In A Grief Observed we witness a great reality of the individual’s life: with great happiness there must come immense pain. Where you once love so deeply, that’s where you feel the most empty when it is taken away. And it works the other way as well, if you do not experience isolation you will never be able to fully understand an individual. That is essential to everything we should think and care about. Not the self-promotion and praise of self that our culture has adopted, but the loss of self and a celebration of honesty and authenticity. These are values that we should aspire towards.

And that is where Lewis helps me. He resonates deeply with his readers because he is completely honest with himself. He says: “I dread the moments when the house is empty” (15). He speaks of the “consolations of religion” and comments that there is none to be found (37).

This comes across most clearly when he proclaims: “Where is God? . . . Go to him when your need is desperate, when all other help is vain, and what do you find? A door slammed in your face” (6). Perhaps I possess a bias, but I must say that this statement is what I imagine to be the fulfillment of religion, whatsoever it’s doctrines - a coming to terms with the absurdity of the universe, that there is no answer and that there can not be an answer to the unending questions and subsequent anguish. This is the truthfulness of religion - that in the end not even God cares about you.

The Dilemma of Happiness
As we will see, these are Lewis’ thoughts and conclusions, not mine. He makes surprising statements on Christianity despite being one of the leading Christian apologist in the world: “When you are happy, so happy that you have no sense of needing Him, so happy that you are tempted to heel His claims upon you as an interruption . . . go to him when your need is desperate, when all other help is vain, and what do you find? . . . You may as well turn away. The longer you wait, the emphatic the silence will become. There are no lights in the windows. It might be an empty house. Was it ever inhabited?  It seemed so once. And that seeming was as strong as this. What can this mean? Why is He so present a commander in our time of prosperity and so very absent a help in time of trouble?” (17-8) ”

Where is God in this struggle? It is his absence that leads us to conclude that he may not have even existed. “Meanwhile, where is God? This is one of the most disquieting symptoms.inside” (17). Where is God? That is the question. Where is God when people are cast to Hell for doubting his existence, potentially because of predispositioned states of mind caused by God himself (see Romans 3,8.9).

What do we say about the illnesses? A serious question is: what about all this pain? Similarly he makes this point about cancer: “Cancer, and cancer, and cancer. My mother, my father, my wife.

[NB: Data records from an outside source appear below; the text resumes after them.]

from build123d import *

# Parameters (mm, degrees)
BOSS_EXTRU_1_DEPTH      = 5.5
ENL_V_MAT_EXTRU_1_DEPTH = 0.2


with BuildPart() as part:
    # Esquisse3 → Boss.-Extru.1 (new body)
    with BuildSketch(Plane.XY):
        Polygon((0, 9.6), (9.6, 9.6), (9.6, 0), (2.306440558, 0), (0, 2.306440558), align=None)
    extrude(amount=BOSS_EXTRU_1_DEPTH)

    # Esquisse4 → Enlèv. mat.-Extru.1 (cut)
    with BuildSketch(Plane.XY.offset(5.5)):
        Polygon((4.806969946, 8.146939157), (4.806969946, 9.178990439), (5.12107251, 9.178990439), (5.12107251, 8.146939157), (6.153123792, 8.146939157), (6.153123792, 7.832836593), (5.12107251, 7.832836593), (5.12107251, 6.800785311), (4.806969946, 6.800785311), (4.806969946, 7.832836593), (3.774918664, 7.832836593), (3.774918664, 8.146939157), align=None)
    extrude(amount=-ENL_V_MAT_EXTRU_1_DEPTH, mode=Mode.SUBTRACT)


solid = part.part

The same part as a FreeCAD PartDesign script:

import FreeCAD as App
import Part
import Sketcher
from FreeCAD import Vector
Q = App.Units.Quantity


def add_polygon(sketch, points):
    """Adds a closed chain of lines whose ends are joined by coincident constraints."""
    first, n = sketch.GeometryCount, len(points)
    for a, b in zip(points, points[1:] + points[:1]):
        sketch.addGeometry(Part.LineSegment(App.Vector(*a, 0), App.Vector(*b, 0)), False)
    for i in range(n):
        sketch.addConstraint(Sketcher.Constraint("Coincident", first + i, 2, first + (i + 1) % n, 1))

doc = App.newDocument("Part")
body = doc.addObject("PartDesign::Body", "Body")

# Sketch on XY plane
sketch1 = body.newObject("Sketcher::SketchObject", "Sketch")
sketch1.AttachmentSupport = (doc.getObject("XY_Plane"), [""])
sketch1.MapMode = "FlatFace"
add_polygon(sketch1, [(9.6, 9.6), (0, 9.6), (0, 2.306441), (2.306441, 0), (9.6, 0)])  # lines 0-4
sketch1.addConstraint(Sketcher.Constraint("Horizontal", 0))
sketch1.addConstraint(Sketcher.Constraint("Vertical", 1))
sketch1.addConstraint(Sketcher.Constraint("Horizontal", 3))
sketch1.addConstraint(Sketcher.Constraint("Vertical", 4))
sketch1.addConstraint(Sketcher.Constraint("PointOnObject", 0, 2, -2))
sketch1.addConstraint(Sketcher.Constraint("PointOnObject", 2, 2, -1))
sketch1.addConstraint(Sketcher.Constraint("Equal", 3, 1))
sketch1.addConstraint(Sketcher.Constraint("Equal", 0, 4))
sketch1.addConstraint(Sketcher.Constraint("DistanceX", 0, 2, 0, 1, Q("9.6 mm")))
sketch1.addConstraint(Sketcher.Constraint("Distance", 2, Q("3.2618 mm")))
pad1 = body.newObject("PartDesign::Pad", "Pad")
pad1.Profile = sketch1
pad1.Length = 5.5

# Sketch on XY plane
sketch2 = body.newObject("Sketcher::SketchObject", "Sketch001")
sketch2.AttachmentSupport = (doc.getObject("XY_Plane"), [""])
sketch2.MapMode = "FlatFace"
sketch2.AttachmentOffset = App.Placement(Vector(0, 0, 5.5), App.Rotation())
add_polygon(sketch2, [(4.80697, 9.17899), (4.80697, 8.146939), (3.774919, 8.146939), (3.774919, 7.832837), (4.80697, 7.832837), (4.80697, 6.800785), (5.121073, 6.800785), (5.121073, 7.832837), (6.153124, 7.832837), (6.153124, 8.146939), (5.121073, 8.146939), (5.121073, 9.17899)])  # lines 0-11
sketch2.addConstraint(Sketcher.Constraint("Vertical", 0))
sketch2.addConstraint(Sketcher.Constraint("Horizontal", 1))
sketch2.addConstraint(Sketcher.Constraint("Vertical", 2))
sketch2.addConstraint(Sketcher.Constraint("Horizontal", 3))
sketch2.addConstraint(Sketcher.Constraint("Vertical", 4))
sketch2.addConstraint(Sketcher.Constraint("Horizontal", 5))
sketch2.addConstraint(Sketcher.Constraint("Vertical", 6))
sketch2.addConstraint(Sketcher.Constraint("Horizontal", 7))
sketch2.addConstraint(Sketcher.Constraint("Vertical", 8))
sketch2.addConstraint(Sketcher.Constraint("Horizontal", 9))
sketch2.addConstraint(Sketcher.Constraint("Vertical", 10))
sketch2.addConstraint(Sketcher.Constraint("Horizontal", 11))
sketch2.addConstraint(Sketcher.Constraint("Horizontal", 3, 2, 6, 2))
sketch2.addConstraint(Sketcher.Constraint("Horizontal", 1, 2, 8, 2))
sketch2.addConstraint(Sketcher.Constraint("Vertical", 0, 2, 3, 2))
sketch2.addConstraint(Sketcher.Constraint("Vertical", 6, 2, 9, 2))
sketch2.addConstraint(Sketcher.Constraint("Equal", 3, 7))
sketch2.addConstraint(Sketcher.Constraint("Equal", 9, 0))
sketch2.addConstraint(Sketcher.Constraint("Equal", 11, 2))
sketch2.addConstraint(Sketcher.Constraint("Equal", 0, 4))
sketch2.addConstraint(Sketcher.Constraint("DistanceX", 1, 2, 1, 1, Q("1.032051 mm")))
sketch2.addConstraint(Sketcher.Constraint("DistanceX", 5, 1, 5, 2, Q("0.314103 mm")))
sketch2.addConstraint(Sketcher.Constraint("DistanceX", -1, 1, 0, 2, Q("4.80697 mm")))
sketch2.addConstraint(Sketcher.Constraint("DistanceY", -1, 1, 0, 2, Q("8.146939 mm")))
pocket1 = body.newObject("PartDesign::Pocket", "Pocket")
pocket1.Profile = sketch2
pocket1.Length = 0.2

doc.recompute()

I wonder who is next in the queue” (24).

So did Lewis stop believing in God?
I started re-reading this book with the thought in mind that I wanted to discover whether Lewis was actually an agnostic/atheist towards the end of his life. We tend to over-romanticize our heroes, Lewis has especially been guilty of this. But I have officially come to the conclusion that he does not completely identify with my agnosticism, he says: “Not that I am (I think) in much danger of ceasing to believe in God. The real danger is of coming to believe such dreadful things about Him. The conclusion I dread is not ‘So there’s no God after all,’ but ‘So this is what God’s really like. Deceive yourself no longer’ ” (18-9). Then the philosopher asks if this is not a horrible God to believe in. And this is my take on it.

He does come to a very Kierkegaard-like conclusion: God is undiscoverable. His face is hidden. His door is locked. We can not find Him. He, if he so desires, will discover us. But we will not discover Him. I personally can not celebrate such a creator as the Christian God. And why should we? Why is it that people have this inner desire to worship something?  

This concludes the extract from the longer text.